*** Data

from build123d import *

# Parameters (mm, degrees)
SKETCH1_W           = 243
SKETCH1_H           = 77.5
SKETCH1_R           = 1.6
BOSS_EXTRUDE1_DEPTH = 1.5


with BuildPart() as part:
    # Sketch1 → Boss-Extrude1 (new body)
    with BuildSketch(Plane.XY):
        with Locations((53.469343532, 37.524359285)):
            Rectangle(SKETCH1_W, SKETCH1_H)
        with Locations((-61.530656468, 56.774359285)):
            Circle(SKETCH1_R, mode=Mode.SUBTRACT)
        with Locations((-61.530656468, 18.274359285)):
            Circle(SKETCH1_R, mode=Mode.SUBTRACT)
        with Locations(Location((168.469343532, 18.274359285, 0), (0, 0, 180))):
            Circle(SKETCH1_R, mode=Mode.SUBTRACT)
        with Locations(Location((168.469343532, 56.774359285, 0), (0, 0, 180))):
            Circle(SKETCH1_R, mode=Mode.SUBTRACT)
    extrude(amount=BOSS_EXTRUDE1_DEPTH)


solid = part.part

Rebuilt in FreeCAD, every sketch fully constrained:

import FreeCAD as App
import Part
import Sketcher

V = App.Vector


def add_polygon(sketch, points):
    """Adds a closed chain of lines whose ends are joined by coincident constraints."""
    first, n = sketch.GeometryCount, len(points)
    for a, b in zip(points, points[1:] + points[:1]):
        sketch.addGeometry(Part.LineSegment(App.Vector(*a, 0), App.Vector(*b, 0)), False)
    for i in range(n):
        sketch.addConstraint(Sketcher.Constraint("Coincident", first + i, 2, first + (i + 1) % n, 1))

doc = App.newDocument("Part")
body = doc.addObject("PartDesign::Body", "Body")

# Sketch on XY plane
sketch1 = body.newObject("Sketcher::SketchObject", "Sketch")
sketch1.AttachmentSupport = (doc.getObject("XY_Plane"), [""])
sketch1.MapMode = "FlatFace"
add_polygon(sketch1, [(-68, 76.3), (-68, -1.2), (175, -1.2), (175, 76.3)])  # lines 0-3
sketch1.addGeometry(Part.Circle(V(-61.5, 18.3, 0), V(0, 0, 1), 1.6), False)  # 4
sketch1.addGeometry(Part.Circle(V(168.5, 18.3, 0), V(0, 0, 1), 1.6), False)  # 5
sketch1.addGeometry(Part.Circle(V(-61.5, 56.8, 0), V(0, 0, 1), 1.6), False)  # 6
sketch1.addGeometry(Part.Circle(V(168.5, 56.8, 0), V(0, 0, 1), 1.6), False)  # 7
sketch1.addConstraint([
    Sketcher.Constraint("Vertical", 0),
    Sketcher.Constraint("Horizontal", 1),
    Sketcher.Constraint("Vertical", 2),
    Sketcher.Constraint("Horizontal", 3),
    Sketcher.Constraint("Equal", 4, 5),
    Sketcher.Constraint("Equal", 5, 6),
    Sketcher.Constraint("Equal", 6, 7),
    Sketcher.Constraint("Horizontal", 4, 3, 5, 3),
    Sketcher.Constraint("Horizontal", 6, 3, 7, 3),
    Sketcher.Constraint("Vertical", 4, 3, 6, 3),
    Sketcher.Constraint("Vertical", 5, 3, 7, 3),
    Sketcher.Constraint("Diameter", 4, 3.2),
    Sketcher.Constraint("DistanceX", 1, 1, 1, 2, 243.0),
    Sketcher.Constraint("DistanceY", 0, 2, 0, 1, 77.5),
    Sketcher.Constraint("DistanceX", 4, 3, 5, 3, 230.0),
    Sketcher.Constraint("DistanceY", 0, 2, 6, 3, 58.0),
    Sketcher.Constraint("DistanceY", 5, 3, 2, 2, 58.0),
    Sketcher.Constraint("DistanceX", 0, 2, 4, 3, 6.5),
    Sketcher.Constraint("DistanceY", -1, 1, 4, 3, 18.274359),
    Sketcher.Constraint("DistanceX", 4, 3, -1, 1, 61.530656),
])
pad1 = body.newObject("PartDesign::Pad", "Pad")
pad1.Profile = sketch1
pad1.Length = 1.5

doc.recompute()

******
*** Data

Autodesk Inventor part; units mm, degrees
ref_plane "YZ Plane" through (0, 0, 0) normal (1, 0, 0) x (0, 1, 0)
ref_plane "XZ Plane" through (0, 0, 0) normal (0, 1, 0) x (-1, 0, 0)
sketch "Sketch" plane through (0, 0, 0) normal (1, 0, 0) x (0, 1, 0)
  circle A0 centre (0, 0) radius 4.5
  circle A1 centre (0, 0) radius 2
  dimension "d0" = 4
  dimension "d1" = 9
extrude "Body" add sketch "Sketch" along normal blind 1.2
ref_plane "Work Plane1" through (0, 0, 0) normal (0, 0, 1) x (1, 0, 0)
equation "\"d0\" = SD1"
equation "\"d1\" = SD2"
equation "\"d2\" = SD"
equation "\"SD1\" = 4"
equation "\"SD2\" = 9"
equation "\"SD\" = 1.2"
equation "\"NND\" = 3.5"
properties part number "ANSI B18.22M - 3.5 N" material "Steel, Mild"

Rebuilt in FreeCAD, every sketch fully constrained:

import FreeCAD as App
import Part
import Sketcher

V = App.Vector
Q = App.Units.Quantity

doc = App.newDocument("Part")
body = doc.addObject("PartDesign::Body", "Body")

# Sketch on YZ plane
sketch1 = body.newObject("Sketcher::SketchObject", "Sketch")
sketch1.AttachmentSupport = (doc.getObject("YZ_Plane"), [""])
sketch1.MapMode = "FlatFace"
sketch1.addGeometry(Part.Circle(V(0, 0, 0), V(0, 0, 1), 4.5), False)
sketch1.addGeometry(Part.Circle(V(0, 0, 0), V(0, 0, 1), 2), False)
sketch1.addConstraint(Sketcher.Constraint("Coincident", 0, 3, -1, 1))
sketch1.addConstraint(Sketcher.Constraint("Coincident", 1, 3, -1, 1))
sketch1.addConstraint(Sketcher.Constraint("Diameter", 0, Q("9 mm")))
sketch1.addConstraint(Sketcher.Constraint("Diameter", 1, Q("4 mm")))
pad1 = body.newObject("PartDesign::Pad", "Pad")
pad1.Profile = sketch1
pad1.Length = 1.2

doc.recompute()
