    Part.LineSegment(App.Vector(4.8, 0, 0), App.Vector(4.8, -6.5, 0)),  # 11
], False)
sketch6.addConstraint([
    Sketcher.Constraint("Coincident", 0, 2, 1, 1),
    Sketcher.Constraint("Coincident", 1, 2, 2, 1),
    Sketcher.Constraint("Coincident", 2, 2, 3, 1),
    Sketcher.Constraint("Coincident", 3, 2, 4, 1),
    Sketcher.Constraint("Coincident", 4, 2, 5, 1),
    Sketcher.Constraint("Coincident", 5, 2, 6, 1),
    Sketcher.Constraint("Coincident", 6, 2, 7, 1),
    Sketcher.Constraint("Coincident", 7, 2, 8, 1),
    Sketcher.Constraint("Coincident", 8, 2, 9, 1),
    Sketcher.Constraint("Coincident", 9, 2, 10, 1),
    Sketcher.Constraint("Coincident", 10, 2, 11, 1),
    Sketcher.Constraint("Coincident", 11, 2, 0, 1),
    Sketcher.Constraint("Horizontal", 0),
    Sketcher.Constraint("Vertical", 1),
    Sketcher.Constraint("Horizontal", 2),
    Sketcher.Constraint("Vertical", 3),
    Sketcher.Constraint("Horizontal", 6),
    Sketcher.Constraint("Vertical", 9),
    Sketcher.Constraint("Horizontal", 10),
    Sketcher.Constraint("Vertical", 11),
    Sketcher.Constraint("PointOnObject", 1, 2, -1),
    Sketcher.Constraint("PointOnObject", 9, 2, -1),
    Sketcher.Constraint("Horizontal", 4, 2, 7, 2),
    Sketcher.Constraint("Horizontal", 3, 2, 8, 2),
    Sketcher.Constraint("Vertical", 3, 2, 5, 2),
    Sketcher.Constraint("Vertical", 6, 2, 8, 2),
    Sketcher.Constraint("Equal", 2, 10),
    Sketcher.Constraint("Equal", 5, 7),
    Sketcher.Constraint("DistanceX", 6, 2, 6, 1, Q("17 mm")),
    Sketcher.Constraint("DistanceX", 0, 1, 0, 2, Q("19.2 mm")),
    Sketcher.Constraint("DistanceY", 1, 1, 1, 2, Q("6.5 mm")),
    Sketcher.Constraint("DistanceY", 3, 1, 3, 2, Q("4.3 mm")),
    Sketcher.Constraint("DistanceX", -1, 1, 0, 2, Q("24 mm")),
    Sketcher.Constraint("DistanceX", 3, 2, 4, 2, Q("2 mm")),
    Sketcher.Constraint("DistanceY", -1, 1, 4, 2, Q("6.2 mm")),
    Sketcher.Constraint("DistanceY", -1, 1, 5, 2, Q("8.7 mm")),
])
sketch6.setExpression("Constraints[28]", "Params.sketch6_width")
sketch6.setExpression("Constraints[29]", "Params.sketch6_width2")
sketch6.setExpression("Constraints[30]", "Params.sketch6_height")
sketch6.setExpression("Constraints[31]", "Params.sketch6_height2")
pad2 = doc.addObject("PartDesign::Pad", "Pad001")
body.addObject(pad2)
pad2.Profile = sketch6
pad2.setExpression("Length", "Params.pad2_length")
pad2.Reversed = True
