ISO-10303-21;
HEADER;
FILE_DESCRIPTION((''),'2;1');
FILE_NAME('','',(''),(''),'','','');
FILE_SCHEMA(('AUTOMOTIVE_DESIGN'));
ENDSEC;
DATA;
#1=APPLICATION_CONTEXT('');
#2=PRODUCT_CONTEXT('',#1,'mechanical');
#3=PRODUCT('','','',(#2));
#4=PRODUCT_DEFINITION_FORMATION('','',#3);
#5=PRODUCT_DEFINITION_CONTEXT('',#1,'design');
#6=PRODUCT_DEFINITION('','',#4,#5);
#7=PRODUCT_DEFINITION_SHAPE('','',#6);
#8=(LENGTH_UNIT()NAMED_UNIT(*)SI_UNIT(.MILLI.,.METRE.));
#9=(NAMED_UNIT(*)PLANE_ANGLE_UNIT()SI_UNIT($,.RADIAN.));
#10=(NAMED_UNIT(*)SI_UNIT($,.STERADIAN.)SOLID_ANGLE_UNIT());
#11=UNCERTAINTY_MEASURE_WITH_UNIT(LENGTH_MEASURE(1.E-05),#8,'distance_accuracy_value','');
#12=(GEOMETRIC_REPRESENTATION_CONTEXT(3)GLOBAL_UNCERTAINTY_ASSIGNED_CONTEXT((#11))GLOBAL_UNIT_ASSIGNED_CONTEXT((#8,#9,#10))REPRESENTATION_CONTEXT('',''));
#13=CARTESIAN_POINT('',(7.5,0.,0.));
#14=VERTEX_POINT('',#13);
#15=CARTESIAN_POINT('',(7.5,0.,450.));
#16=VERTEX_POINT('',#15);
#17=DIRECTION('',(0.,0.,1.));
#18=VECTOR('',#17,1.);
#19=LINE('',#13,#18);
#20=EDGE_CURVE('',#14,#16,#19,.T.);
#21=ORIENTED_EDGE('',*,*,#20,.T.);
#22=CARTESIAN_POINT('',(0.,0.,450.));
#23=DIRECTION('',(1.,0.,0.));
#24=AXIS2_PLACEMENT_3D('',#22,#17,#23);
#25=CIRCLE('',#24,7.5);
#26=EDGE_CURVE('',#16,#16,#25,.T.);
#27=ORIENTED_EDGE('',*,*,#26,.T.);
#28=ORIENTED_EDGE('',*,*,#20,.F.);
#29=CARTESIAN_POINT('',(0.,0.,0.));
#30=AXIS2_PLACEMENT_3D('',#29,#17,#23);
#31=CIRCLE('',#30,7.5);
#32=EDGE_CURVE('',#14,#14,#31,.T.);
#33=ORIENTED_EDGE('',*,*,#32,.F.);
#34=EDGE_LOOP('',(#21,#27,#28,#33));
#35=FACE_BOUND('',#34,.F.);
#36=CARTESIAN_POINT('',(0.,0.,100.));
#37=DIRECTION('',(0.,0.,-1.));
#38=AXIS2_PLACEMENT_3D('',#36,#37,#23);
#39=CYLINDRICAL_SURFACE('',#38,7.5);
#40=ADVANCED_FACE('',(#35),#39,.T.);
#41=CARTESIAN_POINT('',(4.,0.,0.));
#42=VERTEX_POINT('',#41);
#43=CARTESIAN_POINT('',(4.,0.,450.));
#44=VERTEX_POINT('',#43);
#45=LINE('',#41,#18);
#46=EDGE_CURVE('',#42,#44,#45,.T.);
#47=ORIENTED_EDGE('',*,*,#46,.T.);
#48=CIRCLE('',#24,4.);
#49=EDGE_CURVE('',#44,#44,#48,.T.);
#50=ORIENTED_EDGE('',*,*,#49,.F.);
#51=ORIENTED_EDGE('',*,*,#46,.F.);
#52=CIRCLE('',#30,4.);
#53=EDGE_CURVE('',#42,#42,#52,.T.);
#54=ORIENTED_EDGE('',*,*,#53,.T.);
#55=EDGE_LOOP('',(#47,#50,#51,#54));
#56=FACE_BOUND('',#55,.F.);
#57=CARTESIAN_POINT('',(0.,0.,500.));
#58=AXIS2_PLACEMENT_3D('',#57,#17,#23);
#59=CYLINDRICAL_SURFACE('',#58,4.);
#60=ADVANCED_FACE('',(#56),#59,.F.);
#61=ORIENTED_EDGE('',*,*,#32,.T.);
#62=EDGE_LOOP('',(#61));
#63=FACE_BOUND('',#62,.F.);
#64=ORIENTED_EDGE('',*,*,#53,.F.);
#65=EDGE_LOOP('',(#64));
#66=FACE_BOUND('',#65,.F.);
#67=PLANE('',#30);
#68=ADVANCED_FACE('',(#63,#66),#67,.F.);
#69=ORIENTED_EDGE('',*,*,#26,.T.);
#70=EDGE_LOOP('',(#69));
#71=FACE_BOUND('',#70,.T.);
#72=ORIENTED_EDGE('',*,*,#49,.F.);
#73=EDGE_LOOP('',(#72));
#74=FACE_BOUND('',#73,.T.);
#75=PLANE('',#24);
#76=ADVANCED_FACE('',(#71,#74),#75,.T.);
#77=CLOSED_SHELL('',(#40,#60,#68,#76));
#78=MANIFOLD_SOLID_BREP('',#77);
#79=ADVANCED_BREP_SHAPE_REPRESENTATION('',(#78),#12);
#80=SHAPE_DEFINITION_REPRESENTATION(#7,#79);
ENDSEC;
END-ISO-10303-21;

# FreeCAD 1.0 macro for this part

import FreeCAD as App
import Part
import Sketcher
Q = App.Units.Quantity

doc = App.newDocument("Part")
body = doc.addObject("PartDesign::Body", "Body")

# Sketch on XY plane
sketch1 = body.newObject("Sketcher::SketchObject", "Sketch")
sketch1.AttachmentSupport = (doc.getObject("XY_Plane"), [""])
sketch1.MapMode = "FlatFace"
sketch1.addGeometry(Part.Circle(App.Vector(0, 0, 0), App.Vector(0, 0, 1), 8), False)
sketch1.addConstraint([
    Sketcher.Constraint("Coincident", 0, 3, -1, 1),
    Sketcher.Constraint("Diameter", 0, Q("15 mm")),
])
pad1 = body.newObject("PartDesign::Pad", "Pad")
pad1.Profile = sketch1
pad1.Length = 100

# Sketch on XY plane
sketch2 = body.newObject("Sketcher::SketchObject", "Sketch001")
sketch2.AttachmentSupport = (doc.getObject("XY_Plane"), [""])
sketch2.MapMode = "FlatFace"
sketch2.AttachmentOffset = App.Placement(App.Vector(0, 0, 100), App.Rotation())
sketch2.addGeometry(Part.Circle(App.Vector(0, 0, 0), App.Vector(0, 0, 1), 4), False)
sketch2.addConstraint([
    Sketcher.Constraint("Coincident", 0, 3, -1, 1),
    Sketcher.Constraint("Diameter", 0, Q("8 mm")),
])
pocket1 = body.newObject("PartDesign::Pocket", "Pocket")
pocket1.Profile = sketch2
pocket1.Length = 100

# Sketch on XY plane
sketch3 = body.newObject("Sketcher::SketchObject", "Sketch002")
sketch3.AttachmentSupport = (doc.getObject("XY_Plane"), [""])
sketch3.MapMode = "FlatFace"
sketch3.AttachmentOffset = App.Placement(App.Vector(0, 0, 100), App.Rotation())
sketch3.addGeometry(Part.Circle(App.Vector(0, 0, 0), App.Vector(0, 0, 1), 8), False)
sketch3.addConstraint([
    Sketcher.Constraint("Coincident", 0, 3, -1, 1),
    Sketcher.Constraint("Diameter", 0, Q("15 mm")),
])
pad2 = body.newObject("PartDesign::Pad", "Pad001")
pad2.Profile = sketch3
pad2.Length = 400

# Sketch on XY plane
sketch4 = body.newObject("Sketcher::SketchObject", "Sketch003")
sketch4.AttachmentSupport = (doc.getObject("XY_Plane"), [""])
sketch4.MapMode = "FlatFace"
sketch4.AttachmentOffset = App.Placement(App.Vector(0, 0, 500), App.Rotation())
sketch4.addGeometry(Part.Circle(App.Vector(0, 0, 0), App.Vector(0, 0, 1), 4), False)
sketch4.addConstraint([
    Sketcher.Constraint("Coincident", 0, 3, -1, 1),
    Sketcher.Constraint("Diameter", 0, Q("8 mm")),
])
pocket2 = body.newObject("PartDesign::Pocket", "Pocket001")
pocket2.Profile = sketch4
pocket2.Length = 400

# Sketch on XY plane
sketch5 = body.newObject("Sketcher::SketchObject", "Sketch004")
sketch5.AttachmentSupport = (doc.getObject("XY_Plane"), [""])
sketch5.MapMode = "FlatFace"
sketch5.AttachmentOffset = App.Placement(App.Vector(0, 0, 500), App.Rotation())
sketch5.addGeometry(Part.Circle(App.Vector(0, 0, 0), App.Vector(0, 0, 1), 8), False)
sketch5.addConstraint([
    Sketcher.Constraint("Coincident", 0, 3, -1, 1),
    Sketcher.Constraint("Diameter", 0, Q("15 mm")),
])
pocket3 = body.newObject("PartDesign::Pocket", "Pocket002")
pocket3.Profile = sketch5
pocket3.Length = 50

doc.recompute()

******

• **Try it**
Your task is to restate, word for word, only those lines above that fall between the line holding "#49=EDGE_CURVE('',#44,#44,#48,.T.);" and the line holding "# FreeCAD 1.0 macro for this part", inclusive.

• **Task response**
#49=EDGE_CURVE('',#44,#44,#48,.T.);
#50=ORIENTED_EDGE('',*,*,#49,.F.);
#51=ORIENTED_EDGE('',*,*,#46,.F.);
#52=CIRCLE('',#30,4.);
#53=EDGE_CURVE('',#42,#42,#52,.T.);
#54=ORIENTED_EDGE('',*,*,#53,.T.);
#55=EDGE_LOOP('',(#47,#50,#51,#54));
#56=FACE_BOUND('',#55,.F.);
#57=CARTESIAN_POINT('',(0.,0.,500.));
#58=AXIS2_PLACEMENT_3D('',#57,#17,#23);
#59=CYLINDRICAL_SURFACE('',#58,4.);
#60=ADVANCED_FACE('',(#56),#59,.F.);
#61=ORIENTED_EDGE('',*,*,#32,.T.);
#62=EDGE_LOOP('',(#61));
#63=FACE_BOUND('',#62,.F.);
#64=ORIENTED_EDGE('',*,*,#53,.F.);
#65=EDGE_LOOP('',(#64));
#66=FACE_BOUND('',#65,.F.);
#67=PLANE('',#30);
#68=ADVANCED_FACE('',(#63,#66),#67,.F.);
#69=ORIENTED_EDGE('',*,*,#26,.T.);
#70=EDGE_LOOP('',(#69));
#71=FACE_BOUND('',#70,.T.);
#72=ORIENTED_EDGE('',*,*,#49,.F.);
#73=EDGE_LOOP('',(#72));
#74=FACE_BOUND('',#73,.T.);
#75=PLANE('',#24);
#76=ADVANCED_FACE('',(#71,#74),#75,.T.);
#77=CLOSED_SHELL('',(#40,#60,#68,#76));
#78=MANIFOLD_SOLID_BREP('',#77);
#79=ADVANCED_BREP_SHAPE_REPRESENTATION('',(#78),#12);
#80=SHAPE_DEFINITION_REPRESENTATION(#7,#79);
ENDSEC;
END-ISO-10303-21;

# FreeCAD 1.0 macro for this part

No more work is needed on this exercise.